Final answer:
To multiply ((4/9)y² - (1/4))² using the binomial squares pattern, you find A² as (16/81)y⁴, 2AB as (4/9)y², and B² as 1/16. Combine these to get the final result: (16/81)y⁴ - (4/9)y² + 1/16.
Step-by-step explanation:
To multiply ((4/9)y² - (1/4))² using the binomial squares pattern, we need to recognize that this expression is a perfect square binomial, which means it takes the form of (A - B)². The binomial squares pattern tells us that (A - B)² equals A² - 2AB + B². Applying this to our expression, let A = (4/9)y² and B = (1/4).
First, we square A to get A²: ((4/9)y²)² = (4/9)² * (y²)² = 16/81 * y⁴.
Next, we find 2AB: 2 * (4/9)y² * (1/4) = (8/36)y² = (2/9)y².

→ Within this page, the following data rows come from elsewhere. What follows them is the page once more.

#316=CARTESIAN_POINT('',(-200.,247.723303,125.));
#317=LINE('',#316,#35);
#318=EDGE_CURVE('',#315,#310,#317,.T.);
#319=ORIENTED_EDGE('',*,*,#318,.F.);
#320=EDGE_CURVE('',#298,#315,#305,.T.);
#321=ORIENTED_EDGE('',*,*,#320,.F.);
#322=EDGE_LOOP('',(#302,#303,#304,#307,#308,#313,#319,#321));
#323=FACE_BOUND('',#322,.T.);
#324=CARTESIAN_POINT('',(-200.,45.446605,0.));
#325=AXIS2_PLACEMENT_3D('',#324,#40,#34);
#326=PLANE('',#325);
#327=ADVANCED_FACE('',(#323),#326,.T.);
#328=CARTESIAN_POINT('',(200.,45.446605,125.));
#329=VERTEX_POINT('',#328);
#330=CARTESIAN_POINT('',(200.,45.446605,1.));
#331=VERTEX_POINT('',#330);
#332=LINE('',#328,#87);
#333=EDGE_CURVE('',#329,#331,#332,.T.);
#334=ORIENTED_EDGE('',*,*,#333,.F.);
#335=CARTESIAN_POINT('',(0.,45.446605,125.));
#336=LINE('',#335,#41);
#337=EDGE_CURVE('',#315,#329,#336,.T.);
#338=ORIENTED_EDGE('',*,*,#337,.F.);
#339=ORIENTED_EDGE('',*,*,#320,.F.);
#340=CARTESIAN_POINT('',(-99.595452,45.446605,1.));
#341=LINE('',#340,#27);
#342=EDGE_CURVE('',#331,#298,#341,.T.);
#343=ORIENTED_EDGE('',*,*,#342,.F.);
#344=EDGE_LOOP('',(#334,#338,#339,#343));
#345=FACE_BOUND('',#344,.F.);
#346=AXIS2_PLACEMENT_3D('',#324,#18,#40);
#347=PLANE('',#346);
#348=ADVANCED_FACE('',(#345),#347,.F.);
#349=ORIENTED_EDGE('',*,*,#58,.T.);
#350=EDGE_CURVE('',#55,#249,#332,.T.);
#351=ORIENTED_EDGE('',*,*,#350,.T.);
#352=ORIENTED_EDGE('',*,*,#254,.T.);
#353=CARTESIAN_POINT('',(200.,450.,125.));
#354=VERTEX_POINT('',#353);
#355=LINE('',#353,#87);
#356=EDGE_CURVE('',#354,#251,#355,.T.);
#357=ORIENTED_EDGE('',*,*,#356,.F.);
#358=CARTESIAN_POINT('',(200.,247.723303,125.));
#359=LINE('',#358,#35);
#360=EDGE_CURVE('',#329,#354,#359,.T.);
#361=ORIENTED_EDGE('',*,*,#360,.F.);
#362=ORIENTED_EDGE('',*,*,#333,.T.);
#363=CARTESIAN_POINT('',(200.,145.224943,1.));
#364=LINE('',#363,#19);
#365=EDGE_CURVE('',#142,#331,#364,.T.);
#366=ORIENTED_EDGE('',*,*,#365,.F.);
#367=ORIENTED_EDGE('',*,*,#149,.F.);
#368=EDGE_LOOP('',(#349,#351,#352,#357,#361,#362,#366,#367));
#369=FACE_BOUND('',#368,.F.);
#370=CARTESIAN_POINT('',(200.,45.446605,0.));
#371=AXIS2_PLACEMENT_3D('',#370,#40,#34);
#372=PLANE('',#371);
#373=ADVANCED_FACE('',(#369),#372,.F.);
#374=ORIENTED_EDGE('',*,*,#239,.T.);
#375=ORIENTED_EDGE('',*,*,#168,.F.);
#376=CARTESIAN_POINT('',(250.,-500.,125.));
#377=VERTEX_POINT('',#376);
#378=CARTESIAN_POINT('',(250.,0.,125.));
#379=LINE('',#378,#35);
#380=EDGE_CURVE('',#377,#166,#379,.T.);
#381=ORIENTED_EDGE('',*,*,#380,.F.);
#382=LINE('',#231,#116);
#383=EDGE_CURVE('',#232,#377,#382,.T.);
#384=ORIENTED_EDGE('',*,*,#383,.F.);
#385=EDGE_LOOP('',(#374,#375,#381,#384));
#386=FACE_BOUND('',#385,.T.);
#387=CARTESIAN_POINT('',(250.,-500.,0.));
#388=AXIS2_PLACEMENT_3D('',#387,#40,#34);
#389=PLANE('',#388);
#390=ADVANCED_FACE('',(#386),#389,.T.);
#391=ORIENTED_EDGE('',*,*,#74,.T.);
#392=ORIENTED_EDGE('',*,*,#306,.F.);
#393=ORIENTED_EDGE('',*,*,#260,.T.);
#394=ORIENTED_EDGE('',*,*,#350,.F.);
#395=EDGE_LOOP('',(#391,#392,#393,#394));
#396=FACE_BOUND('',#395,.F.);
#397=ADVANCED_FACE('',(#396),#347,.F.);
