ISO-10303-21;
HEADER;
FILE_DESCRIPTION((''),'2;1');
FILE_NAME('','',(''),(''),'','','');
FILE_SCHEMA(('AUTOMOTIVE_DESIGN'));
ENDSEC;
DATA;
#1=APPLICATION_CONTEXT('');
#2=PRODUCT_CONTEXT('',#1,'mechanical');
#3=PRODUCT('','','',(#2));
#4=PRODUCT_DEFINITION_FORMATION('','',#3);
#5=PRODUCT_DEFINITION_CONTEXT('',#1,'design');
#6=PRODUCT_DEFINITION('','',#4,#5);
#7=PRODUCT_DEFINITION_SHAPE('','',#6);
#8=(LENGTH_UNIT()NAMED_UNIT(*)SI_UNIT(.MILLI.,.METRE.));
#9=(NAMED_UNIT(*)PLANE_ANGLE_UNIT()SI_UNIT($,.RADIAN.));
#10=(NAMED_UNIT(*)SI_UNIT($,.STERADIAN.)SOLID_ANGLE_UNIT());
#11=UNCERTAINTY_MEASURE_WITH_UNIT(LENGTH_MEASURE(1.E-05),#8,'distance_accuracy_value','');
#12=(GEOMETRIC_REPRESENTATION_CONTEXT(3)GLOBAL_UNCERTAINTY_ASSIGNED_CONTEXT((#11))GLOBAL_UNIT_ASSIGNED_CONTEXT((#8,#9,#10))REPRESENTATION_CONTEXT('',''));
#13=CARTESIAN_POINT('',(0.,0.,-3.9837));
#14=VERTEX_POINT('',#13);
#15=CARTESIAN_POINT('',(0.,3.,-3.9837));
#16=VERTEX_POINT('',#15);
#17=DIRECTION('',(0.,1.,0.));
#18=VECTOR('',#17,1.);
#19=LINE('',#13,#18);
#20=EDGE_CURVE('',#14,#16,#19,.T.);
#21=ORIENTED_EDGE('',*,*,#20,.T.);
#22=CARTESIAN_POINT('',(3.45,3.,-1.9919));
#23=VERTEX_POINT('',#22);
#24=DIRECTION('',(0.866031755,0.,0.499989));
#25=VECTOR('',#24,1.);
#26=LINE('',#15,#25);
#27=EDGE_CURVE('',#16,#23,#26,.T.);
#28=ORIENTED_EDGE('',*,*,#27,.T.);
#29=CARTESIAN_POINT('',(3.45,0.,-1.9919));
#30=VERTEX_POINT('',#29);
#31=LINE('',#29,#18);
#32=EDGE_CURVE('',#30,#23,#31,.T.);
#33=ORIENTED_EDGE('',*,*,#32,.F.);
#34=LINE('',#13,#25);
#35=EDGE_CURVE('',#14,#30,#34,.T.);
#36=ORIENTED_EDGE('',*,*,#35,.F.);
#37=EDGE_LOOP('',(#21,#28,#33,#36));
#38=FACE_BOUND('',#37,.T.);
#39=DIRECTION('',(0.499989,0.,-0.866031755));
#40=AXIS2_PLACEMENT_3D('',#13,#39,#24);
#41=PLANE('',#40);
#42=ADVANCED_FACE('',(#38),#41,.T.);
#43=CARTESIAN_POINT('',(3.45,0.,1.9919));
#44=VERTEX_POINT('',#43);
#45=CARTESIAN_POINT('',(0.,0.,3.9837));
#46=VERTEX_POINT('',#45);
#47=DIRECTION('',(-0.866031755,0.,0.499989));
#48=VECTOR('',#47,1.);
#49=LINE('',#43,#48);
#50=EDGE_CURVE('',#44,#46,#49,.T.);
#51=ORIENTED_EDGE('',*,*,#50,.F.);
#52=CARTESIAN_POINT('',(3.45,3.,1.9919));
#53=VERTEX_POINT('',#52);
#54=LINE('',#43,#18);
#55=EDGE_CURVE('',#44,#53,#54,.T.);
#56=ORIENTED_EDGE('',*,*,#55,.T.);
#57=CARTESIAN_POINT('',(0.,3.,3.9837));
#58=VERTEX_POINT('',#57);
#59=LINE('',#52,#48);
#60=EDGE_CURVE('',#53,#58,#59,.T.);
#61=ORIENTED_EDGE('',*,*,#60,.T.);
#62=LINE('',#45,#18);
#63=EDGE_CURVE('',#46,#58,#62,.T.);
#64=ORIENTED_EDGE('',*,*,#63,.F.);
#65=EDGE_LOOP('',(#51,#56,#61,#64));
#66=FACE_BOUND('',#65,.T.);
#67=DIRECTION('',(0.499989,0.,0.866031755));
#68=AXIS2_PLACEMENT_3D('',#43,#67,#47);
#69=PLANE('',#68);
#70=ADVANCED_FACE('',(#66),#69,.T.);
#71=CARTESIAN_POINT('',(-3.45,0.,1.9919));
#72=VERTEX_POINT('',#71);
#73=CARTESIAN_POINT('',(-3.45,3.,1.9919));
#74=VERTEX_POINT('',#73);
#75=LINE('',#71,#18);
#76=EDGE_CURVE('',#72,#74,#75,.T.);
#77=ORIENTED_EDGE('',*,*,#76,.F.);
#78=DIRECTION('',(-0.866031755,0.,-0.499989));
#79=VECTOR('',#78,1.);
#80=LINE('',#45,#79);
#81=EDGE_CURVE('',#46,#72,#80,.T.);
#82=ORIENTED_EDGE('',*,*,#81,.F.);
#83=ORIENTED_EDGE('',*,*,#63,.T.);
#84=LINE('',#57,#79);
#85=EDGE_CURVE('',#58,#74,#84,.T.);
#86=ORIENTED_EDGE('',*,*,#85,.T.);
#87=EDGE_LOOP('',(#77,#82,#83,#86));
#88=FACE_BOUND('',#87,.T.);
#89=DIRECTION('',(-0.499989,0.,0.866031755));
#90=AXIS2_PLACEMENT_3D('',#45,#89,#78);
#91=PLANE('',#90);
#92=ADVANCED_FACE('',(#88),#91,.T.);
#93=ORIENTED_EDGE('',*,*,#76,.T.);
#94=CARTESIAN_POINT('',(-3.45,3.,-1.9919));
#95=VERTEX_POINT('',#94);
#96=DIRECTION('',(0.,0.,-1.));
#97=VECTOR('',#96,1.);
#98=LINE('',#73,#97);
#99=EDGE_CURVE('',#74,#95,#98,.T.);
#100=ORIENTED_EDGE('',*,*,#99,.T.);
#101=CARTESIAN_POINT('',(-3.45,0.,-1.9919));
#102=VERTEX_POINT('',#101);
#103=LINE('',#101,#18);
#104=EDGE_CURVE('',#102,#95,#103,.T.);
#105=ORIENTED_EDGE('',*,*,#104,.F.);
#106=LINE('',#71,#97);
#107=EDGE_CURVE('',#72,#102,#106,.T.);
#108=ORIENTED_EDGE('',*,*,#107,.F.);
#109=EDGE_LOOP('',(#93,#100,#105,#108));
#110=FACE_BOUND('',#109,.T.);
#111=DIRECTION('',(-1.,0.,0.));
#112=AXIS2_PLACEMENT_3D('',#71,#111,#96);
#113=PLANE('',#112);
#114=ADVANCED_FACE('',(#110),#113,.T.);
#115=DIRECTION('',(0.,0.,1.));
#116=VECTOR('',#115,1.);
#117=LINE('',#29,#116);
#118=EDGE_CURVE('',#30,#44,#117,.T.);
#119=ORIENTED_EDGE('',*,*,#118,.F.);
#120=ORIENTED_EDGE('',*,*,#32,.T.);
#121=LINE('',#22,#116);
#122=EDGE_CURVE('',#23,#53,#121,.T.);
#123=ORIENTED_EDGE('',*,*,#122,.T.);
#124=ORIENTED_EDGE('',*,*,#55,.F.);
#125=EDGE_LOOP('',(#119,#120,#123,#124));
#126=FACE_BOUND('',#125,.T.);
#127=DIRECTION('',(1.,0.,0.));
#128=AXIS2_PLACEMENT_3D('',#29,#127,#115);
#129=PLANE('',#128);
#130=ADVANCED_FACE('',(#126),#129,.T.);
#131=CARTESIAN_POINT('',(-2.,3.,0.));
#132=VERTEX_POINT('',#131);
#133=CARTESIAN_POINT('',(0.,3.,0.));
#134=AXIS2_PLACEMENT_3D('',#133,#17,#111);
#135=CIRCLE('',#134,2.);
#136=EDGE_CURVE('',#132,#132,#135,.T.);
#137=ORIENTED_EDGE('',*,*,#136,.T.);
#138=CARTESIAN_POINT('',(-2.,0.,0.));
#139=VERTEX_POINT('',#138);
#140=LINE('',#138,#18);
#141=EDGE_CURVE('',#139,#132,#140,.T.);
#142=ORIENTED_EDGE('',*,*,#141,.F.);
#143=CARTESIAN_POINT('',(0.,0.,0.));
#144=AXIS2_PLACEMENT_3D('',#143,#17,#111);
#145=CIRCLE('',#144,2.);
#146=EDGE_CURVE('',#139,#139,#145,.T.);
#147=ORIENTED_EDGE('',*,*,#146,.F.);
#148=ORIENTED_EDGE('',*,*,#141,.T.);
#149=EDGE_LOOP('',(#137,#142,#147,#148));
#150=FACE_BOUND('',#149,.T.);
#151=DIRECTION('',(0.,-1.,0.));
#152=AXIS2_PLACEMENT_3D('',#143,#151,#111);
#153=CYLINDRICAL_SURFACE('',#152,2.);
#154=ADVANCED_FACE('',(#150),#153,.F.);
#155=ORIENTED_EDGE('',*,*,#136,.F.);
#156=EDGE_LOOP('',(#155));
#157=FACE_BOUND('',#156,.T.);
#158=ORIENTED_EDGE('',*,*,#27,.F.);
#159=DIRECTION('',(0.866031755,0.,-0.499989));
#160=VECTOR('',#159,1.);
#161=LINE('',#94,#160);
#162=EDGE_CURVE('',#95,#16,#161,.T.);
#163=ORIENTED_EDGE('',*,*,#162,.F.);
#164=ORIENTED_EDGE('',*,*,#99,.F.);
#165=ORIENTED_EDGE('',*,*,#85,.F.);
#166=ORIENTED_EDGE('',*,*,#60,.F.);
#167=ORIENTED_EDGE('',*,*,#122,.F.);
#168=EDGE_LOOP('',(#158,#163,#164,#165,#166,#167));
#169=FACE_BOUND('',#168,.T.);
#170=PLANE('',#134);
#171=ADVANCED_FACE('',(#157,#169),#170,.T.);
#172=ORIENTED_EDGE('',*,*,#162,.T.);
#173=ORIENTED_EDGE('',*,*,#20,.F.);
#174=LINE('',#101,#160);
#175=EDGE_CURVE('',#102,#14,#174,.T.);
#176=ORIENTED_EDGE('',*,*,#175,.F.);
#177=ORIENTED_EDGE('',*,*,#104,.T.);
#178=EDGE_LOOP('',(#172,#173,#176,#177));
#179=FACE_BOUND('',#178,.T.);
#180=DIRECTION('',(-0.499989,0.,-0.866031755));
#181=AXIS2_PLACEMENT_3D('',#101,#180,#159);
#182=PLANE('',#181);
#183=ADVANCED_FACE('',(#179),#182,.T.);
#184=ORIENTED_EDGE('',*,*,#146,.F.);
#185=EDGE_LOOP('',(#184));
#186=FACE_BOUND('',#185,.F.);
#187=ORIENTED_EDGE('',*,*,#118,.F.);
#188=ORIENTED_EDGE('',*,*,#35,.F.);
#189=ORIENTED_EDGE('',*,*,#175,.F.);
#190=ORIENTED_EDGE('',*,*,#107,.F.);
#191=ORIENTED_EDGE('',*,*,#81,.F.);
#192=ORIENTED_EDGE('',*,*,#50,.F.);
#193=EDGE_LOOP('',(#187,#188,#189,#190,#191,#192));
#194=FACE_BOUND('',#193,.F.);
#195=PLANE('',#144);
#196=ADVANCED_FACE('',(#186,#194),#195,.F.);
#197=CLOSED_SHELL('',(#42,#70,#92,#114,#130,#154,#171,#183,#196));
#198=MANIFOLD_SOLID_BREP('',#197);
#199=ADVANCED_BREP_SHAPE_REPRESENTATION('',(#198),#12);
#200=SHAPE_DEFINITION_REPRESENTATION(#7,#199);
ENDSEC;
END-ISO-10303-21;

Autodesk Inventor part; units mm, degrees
ref_plane "YZ Plane" through (0, 0, 0) normal (1, 0, 0) x (0, 1, 0)
ref_plane "XZ Plane" through (0, 0, 0) normal (0, 1, 0) x (-1, 0, 0)
ref_plane "XY Plane" through (0, 0, 0) normal (0, 0, 1) x (1, 0, 0)
sketch "Sketch1" plane through (0, 0, 0) normal (0, 1, 0) x (-1, 0, 0)
  line L0 (0, -3.9837) -> (-3.45, -1.9919)
  line L1 (-3.45, -1.9919) -> (-3.45, 1.9919)
  line L2 (-3.45, 1.9919) -> (0, 3.9837)
  line L3 (0, 3.9837) -> (3.45, 1.9919)
  line L4 (3.45, 1.9919) -> (3.45, -1.9919)
  line L5 (3.45, -1.9919) -> (0, -3.9837)
  circle A0 centre (0, 0) radius 2
  dimension "d0" = 6.9
  dimension "d1" = 4
extrude "Extrusion1" add sketch "Sketch1" along normal blind 3
properties part number "M4_nut"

Finally, we square B to get B²: ((1/4))² = 1/16.
Now, we combine these three results to get the final expression: (16/81)y⁴ - 2*((2/9)y²) + 1/16. Simplifying the middle term 2*((2/9)y²) gives (4/9)y², and the entire expression simplifies to (16/81)y⁴ - (4/9)y² + 1/16.